■ ACTION ITEM
Write out exactly the lines below that run from the one containing "#41=EDGE_CURVE('',#16,#31,#40,.T.);" through the one containing "#50=CARTESIAN_POINT('',(40.,0.,0.));", both included, with no other lines.

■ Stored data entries
[Start of section]

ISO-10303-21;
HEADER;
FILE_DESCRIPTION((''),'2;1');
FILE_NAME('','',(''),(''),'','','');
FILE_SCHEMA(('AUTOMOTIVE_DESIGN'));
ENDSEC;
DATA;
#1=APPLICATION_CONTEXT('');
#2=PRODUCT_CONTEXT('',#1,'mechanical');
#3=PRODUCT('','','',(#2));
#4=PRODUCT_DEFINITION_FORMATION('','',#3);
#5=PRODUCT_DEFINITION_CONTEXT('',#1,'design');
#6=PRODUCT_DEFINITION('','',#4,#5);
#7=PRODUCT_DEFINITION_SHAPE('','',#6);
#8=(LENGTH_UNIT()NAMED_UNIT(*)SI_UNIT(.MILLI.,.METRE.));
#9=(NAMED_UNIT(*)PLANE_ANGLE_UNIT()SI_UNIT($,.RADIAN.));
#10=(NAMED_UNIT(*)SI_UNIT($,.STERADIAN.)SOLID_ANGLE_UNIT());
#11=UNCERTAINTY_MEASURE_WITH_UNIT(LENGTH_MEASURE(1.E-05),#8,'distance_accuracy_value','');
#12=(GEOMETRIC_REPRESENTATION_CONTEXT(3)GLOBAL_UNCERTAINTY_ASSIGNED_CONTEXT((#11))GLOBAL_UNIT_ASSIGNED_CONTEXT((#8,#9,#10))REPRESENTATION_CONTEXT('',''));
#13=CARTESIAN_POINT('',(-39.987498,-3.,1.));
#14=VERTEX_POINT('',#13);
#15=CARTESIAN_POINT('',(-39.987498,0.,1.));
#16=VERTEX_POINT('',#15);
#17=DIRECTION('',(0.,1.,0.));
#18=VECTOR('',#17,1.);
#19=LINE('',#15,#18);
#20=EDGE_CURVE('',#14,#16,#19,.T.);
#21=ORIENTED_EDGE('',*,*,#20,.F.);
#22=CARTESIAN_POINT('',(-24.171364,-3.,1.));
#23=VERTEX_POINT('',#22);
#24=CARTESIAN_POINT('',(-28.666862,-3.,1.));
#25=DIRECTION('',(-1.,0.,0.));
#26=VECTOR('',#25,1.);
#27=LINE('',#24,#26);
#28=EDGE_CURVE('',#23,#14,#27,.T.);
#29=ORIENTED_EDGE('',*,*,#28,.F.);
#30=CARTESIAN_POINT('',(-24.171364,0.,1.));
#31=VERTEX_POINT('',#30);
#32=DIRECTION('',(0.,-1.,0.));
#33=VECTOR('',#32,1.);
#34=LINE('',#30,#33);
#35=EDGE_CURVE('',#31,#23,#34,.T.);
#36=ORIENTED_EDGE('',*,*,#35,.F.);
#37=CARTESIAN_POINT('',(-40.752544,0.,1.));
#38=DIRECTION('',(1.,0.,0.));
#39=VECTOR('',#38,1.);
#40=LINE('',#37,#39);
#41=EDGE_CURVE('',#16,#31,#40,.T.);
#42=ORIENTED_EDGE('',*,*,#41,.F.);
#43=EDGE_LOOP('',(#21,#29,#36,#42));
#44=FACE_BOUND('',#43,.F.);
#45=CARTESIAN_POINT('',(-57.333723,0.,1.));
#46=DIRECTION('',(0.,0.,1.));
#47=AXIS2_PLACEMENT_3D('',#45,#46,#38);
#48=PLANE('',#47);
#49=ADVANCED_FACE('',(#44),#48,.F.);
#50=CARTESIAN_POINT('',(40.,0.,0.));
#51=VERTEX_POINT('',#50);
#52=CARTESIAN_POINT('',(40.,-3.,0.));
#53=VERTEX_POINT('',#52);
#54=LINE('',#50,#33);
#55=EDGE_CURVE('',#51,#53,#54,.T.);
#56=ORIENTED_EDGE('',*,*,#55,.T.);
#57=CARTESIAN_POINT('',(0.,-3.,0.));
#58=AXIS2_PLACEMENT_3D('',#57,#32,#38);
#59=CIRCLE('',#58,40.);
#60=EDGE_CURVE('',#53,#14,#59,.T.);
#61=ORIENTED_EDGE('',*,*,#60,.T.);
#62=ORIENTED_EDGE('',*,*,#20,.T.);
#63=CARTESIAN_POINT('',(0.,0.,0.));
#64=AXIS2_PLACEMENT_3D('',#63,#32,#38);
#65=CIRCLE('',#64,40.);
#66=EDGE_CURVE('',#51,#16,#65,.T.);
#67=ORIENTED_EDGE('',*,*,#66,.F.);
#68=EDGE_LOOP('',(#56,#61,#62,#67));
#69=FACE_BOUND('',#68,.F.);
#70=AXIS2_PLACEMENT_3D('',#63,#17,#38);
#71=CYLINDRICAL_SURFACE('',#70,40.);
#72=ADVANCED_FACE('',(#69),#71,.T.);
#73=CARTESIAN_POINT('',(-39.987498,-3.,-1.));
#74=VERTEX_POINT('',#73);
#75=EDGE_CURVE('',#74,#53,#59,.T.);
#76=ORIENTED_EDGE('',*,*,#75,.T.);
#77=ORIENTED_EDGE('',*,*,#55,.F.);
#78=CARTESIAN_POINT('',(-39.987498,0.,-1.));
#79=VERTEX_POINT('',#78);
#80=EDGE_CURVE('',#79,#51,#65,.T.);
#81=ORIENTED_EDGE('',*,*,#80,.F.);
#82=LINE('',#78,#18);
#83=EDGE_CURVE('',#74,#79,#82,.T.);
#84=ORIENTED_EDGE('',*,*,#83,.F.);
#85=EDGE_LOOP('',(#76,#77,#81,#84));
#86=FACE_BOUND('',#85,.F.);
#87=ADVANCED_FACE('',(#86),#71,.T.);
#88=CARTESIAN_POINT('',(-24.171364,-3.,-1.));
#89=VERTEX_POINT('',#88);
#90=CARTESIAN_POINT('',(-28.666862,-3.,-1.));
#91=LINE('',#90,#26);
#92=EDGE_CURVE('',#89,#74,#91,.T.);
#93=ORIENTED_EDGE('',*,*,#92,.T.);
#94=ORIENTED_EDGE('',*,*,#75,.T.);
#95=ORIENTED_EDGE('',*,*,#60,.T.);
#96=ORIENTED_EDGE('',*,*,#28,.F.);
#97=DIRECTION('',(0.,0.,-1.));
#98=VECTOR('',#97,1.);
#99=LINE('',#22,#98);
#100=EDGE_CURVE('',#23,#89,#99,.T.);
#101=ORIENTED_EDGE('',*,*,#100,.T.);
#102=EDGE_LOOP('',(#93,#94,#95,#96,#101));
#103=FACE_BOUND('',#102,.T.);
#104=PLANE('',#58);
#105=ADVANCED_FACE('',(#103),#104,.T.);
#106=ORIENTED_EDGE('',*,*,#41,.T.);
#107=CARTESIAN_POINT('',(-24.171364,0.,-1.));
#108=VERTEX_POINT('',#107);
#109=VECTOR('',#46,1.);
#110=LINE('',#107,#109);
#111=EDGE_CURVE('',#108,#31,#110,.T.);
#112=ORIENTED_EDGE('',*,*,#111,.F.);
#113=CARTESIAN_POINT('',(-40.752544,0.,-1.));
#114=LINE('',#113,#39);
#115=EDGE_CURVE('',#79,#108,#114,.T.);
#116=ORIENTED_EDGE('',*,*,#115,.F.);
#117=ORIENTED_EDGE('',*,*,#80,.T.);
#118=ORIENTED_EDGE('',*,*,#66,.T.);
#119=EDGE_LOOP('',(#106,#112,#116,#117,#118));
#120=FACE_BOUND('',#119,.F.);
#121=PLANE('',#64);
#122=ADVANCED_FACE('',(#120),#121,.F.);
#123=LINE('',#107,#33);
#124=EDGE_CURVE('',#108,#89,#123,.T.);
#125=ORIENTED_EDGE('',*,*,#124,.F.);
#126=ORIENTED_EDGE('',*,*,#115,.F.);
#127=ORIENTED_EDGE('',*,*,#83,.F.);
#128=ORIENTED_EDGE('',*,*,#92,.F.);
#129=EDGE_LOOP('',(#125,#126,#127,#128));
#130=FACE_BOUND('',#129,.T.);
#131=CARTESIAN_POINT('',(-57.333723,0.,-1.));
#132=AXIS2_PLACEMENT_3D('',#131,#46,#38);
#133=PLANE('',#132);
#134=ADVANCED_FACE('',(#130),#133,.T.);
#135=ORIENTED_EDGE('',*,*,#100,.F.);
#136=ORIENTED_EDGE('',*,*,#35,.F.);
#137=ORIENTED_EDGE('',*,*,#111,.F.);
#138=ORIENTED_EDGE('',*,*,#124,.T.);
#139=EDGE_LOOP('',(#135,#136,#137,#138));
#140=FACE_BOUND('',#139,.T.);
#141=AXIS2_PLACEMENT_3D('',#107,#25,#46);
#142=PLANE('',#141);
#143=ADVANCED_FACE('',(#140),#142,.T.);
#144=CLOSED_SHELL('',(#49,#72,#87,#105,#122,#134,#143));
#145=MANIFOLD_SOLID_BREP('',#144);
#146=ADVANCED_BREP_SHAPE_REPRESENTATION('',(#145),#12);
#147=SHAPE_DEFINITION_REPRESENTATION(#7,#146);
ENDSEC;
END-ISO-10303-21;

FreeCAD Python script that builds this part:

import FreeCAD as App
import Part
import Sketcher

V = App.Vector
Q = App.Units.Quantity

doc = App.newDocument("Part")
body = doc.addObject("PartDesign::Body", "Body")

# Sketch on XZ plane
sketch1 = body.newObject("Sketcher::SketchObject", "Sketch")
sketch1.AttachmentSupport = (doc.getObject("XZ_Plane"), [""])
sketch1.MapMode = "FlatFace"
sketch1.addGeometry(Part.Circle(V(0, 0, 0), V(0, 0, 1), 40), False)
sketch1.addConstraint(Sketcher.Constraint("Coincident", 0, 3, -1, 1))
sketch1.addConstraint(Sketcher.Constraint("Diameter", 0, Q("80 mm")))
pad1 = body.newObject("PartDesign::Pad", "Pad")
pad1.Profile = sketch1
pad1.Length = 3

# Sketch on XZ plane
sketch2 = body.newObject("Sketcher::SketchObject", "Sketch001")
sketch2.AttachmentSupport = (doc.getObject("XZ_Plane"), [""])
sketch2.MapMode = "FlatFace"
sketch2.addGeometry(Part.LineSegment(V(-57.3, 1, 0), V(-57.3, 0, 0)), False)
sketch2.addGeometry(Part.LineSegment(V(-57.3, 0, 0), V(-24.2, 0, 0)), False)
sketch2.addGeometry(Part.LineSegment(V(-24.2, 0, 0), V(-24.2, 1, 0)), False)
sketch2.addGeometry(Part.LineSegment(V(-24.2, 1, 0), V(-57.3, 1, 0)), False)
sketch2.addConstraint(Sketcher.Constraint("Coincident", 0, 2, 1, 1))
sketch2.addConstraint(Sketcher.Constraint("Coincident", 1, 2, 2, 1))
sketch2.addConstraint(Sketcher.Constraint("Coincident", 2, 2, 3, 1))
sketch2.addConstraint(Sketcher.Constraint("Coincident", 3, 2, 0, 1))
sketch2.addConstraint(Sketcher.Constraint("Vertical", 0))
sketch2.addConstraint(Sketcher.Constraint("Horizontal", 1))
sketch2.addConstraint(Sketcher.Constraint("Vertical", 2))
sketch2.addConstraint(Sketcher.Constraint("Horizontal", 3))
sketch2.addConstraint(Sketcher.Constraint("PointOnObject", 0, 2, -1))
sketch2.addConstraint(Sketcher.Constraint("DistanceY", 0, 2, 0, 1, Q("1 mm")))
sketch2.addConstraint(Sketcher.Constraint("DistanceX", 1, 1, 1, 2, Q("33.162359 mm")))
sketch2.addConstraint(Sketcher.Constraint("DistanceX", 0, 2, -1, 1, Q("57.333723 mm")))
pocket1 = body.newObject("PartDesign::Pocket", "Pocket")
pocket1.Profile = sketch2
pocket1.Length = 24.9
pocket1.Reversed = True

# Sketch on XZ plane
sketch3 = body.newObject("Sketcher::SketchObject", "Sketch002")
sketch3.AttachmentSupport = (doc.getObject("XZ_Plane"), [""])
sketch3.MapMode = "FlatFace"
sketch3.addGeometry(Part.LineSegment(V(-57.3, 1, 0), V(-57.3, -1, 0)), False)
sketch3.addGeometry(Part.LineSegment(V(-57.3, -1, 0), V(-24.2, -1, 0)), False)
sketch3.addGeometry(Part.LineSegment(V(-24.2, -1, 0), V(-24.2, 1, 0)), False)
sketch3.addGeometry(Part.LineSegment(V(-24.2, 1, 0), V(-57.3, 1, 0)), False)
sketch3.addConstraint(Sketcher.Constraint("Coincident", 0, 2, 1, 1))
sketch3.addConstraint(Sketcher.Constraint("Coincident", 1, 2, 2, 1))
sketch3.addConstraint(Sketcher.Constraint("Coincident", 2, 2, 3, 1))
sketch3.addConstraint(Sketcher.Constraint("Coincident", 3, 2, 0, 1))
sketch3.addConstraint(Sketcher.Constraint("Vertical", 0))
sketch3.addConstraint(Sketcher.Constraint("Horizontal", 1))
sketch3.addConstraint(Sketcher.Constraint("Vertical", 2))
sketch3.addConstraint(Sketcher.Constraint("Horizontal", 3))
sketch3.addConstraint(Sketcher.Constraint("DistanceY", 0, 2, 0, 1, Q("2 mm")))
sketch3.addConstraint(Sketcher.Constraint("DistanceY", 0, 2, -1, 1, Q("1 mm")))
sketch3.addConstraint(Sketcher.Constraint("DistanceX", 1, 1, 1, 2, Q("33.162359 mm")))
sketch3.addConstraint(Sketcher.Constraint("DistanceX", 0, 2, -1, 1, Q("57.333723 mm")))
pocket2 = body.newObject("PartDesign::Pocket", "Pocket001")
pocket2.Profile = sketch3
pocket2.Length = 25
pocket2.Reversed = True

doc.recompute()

[End of section]
[Start of section]

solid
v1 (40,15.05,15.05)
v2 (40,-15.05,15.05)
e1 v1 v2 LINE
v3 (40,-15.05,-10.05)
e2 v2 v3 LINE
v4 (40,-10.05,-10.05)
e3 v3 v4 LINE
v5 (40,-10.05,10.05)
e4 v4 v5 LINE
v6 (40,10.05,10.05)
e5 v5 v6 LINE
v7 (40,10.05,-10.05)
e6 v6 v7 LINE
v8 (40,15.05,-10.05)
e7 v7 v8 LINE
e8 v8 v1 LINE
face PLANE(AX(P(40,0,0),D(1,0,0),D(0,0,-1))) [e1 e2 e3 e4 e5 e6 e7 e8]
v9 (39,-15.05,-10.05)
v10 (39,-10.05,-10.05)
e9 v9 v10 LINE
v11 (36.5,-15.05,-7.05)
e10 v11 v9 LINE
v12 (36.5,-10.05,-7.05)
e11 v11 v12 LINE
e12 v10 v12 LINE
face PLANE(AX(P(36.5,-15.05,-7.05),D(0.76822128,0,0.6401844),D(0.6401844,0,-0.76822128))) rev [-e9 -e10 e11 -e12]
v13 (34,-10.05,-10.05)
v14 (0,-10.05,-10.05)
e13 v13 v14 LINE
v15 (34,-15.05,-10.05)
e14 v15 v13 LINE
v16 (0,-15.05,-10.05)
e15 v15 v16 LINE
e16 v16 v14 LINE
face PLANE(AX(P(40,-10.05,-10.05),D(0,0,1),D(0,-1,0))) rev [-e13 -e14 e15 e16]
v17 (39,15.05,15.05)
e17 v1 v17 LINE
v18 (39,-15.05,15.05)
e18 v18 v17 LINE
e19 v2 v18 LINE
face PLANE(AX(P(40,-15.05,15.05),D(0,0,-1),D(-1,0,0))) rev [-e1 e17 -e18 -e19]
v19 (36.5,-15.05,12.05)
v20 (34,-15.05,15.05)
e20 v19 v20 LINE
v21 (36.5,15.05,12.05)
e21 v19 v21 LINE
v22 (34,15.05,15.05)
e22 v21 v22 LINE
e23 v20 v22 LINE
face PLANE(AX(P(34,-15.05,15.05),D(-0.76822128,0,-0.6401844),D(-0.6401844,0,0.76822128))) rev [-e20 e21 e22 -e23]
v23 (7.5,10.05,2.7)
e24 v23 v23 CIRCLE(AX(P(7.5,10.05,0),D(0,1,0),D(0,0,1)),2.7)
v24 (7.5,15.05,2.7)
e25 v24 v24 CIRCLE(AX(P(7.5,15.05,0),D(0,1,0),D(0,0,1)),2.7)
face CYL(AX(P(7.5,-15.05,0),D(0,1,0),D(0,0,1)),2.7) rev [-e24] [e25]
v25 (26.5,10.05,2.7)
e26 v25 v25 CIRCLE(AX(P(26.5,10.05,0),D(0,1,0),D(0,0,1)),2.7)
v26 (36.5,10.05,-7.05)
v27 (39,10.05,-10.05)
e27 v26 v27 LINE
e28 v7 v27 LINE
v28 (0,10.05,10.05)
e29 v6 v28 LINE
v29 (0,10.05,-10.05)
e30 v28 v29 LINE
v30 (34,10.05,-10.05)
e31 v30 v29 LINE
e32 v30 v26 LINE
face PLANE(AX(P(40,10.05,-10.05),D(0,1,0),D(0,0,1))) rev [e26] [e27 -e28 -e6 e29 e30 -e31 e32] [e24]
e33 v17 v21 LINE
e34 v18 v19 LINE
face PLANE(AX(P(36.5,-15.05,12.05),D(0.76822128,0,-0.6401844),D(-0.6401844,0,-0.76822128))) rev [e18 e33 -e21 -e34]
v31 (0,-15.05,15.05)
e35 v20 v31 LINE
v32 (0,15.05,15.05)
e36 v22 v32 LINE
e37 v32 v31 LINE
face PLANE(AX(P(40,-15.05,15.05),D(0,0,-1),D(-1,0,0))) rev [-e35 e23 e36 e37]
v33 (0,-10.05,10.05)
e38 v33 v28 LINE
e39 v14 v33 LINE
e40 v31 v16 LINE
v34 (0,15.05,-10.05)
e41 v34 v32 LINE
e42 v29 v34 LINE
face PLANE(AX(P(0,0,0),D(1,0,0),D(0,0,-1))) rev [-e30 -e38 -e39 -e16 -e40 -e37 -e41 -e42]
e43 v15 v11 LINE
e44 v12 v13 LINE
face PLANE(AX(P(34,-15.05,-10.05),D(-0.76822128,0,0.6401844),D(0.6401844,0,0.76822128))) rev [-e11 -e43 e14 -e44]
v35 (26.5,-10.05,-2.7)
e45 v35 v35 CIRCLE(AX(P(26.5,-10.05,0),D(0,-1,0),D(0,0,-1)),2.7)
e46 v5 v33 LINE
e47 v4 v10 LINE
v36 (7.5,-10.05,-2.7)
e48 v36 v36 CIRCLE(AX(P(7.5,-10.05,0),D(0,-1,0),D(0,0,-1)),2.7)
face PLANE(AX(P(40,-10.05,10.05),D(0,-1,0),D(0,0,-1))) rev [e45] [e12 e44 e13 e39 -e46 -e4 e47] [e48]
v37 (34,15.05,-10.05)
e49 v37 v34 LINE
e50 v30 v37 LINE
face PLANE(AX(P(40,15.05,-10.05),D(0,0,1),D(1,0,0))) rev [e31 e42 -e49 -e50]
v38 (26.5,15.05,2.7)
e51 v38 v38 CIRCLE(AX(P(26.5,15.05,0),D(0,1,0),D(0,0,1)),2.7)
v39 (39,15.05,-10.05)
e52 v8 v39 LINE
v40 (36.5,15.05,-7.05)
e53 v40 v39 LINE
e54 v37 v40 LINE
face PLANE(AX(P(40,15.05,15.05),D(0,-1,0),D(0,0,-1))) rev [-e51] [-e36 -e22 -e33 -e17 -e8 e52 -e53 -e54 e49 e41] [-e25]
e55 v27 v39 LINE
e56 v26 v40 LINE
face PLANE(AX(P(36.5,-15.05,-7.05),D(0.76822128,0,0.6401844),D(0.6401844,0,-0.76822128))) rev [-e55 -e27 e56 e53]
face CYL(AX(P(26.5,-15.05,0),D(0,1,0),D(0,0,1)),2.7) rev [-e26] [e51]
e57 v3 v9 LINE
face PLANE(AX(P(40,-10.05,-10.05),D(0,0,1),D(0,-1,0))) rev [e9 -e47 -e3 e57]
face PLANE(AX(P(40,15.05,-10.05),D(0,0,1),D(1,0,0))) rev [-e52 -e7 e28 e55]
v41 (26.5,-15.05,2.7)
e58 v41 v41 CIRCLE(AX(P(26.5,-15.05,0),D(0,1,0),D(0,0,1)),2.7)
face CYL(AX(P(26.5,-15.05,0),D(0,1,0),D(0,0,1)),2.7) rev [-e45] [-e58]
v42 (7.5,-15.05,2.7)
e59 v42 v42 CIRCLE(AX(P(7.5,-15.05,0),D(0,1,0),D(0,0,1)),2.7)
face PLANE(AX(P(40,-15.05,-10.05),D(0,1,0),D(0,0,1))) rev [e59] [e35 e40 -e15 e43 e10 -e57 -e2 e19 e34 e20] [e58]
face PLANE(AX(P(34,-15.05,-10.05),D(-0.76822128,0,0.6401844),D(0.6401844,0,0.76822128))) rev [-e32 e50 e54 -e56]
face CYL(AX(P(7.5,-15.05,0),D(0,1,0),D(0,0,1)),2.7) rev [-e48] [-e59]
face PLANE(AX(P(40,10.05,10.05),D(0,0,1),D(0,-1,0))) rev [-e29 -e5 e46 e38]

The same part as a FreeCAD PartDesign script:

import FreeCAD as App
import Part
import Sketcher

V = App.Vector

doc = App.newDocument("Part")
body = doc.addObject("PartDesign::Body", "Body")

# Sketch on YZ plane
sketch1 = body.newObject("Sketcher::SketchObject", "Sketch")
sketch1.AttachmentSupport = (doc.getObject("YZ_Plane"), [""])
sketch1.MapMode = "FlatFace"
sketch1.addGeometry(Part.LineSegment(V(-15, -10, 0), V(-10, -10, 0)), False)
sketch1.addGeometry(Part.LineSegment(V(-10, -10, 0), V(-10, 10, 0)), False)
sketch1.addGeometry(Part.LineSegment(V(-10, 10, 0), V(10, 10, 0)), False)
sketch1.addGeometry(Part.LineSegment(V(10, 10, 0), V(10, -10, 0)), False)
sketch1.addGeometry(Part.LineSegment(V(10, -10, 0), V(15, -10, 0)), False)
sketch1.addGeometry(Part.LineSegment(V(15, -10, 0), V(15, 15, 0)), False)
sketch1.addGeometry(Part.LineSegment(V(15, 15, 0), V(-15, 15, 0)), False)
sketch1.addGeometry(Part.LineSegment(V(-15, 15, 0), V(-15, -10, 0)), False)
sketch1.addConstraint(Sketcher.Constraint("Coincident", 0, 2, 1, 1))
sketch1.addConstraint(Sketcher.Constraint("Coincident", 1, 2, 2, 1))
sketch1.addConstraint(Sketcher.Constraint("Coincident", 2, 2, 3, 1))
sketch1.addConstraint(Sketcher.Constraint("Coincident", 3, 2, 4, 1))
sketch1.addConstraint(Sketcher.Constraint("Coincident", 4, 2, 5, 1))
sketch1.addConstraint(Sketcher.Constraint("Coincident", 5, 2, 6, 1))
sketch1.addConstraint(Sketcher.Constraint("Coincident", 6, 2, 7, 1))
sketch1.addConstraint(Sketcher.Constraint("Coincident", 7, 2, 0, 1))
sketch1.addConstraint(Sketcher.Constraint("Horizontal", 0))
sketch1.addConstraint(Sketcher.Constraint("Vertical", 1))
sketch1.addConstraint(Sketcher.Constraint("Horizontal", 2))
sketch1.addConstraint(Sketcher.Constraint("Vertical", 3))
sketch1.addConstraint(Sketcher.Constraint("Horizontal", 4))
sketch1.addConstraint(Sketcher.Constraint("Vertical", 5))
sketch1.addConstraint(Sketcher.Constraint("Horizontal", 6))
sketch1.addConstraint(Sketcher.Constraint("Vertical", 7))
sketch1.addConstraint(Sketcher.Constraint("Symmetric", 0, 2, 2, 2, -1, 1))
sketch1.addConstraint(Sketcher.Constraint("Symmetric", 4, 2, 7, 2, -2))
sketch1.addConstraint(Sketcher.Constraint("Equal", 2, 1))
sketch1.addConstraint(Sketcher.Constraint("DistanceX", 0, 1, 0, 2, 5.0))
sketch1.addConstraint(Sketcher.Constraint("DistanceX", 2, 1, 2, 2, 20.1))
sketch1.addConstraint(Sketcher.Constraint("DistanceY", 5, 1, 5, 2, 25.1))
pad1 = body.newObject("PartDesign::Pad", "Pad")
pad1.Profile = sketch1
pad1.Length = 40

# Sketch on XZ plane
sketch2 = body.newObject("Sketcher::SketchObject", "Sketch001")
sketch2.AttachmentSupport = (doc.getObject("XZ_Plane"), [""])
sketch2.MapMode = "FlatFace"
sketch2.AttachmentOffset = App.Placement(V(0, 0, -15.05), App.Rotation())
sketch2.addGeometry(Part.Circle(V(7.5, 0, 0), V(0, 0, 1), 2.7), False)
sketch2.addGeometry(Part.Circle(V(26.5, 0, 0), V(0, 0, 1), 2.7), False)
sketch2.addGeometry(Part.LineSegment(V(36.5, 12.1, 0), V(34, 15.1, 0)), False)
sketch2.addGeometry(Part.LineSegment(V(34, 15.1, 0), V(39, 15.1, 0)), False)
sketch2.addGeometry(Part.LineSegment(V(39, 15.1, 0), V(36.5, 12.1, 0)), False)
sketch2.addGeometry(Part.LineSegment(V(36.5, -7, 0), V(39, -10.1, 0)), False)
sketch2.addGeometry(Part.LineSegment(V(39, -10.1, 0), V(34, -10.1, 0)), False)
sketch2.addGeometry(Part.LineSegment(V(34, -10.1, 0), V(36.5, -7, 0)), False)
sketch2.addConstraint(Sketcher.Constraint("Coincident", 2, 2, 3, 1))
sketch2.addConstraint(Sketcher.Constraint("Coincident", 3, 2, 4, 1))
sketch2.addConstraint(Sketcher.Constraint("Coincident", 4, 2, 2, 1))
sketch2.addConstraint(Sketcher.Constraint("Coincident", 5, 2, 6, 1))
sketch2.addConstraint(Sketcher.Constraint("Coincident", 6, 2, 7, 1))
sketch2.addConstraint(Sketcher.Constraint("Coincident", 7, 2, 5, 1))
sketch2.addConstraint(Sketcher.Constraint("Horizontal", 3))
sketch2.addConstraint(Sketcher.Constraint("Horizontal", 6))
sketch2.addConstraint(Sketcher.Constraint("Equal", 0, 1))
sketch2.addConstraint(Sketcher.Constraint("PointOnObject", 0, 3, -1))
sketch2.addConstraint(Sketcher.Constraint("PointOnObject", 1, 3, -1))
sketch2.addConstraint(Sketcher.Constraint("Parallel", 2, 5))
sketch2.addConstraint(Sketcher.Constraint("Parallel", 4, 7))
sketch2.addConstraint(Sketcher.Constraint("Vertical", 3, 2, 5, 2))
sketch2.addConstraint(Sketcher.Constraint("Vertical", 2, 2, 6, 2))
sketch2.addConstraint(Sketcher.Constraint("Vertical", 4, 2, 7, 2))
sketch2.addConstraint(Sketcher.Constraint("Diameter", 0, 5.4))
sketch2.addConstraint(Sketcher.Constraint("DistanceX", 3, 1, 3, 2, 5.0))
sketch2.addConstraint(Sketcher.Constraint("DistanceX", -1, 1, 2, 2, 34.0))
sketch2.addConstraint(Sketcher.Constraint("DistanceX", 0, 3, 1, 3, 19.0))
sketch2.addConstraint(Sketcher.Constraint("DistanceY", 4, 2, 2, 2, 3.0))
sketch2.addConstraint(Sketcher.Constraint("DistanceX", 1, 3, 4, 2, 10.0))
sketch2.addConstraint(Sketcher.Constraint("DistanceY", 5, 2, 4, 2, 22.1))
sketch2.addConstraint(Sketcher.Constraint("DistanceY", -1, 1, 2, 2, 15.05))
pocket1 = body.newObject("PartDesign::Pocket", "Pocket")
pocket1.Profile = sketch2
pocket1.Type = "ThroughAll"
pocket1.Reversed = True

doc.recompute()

[End of section]

■ YOUR SOLUTION
#41=EDGE_CURVE('',#16,#31,#40,.T.);
#42=ORIENTED_EDGE('',*,*,#41,.F.);
#43=EDGE_LOOP('',(#21,#29,#36,#42));
#44=FACE_BOUND('',#43,.F.);
#45=CARTESIAN_POINT('',(-57.333723,0.,1.));
#46=DIRECTION('',(0.,0.,1.));
#47=AXIS2_PLACEMENT_3D('',#45,#46,#38);
#48=PLANE('',#47);
#49=ADVANCED_FACE('',(#44),#48,.F.);
#50=CARTESIAN_POINT('',(40.,0.,0.));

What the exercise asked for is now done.